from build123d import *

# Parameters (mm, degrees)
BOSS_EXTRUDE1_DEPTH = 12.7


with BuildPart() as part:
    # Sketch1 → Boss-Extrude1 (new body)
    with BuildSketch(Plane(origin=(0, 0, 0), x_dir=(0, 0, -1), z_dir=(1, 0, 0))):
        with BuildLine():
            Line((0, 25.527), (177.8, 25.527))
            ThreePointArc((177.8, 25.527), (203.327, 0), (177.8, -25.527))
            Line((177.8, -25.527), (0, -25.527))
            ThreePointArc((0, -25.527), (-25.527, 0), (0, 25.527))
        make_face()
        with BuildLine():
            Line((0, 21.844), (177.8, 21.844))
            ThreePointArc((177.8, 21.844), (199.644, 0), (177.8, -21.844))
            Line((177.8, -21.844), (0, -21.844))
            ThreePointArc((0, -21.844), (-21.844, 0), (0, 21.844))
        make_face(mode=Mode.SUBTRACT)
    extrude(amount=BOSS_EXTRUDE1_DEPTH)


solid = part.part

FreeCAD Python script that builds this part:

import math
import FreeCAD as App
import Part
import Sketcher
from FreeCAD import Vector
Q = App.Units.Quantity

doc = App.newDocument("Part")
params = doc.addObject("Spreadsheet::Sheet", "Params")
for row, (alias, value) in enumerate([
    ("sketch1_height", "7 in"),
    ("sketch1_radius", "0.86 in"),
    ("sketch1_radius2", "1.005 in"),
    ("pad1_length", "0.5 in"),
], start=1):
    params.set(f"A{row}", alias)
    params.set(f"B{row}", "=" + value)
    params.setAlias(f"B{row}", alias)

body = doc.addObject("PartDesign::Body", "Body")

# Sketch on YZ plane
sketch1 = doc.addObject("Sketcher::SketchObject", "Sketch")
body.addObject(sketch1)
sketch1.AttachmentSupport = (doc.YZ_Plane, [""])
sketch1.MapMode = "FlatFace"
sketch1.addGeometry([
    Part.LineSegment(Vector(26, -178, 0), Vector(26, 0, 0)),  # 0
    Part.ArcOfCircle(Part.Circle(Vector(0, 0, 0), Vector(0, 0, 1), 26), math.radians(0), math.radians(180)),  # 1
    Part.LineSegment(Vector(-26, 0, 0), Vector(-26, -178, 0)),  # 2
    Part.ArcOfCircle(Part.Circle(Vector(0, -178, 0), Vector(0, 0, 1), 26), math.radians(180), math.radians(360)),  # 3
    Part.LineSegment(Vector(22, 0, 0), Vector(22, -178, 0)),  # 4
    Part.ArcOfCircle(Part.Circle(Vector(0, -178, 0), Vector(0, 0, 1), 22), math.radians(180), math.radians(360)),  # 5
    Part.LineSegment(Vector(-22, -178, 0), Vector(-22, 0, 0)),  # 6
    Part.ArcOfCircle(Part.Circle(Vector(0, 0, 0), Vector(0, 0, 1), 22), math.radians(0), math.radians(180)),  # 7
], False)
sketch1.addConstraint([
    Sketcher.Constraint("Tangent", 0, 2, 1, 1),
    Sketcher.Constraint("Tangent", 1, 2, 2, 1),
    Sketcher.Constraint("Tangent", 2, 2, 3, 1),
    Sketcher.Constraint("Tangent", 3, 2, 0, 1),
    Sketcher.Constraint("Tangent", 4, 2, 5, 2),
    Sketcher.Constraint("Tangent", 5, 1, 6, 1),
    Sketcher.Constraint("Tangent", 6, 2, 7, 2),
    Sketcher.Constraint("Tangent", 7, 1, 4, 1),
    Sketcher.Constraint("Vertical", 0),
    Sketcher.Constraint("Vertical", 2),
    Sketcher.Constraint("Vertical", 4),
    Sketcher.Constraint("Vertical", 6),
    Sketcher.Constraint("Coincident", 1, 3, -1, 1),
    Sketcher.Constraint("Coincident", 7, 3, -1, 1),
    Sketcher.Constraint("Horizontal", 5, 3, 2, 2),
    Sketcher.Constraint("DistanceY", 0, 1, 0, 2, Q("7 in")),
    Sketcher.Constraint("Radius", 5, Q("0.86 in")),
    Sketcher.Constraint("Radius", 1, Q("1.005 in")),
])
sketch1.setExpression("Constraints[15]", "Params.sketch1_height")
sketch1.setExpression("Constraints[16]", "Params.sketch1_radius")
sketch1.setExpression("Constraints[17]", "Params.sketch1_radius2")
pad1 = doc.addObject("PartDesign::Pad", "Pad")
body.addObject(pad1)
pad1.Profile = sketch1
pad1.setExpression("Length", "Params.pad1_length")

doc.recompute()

◆ ◆ ◆ ◆ ◆

• _What needs to be done_: Within the listing above, extract exactly the lines from the line with "# Sketch1 → Boss-Extrude1 (new body)" to the line with "ThreePointArc((177.8, 25.527), (203.327, 0), (177.8, -25.527))", the two named lines included, and no others.

• _Exercise answer_:
    # Sketch1 → Boss-Extrude1 (new body)
    with BuildSketch(Plane(origin=(0, 0, 0), x_dir=(0, 0, -1), z_dir=(1, 0, 0))):
        with BuildLine():
            Line((0, 25.527), (177.8, 25.527))
            ThreePointArc((177.8, 25.527), (203.327, 0), (177.8, -25.527))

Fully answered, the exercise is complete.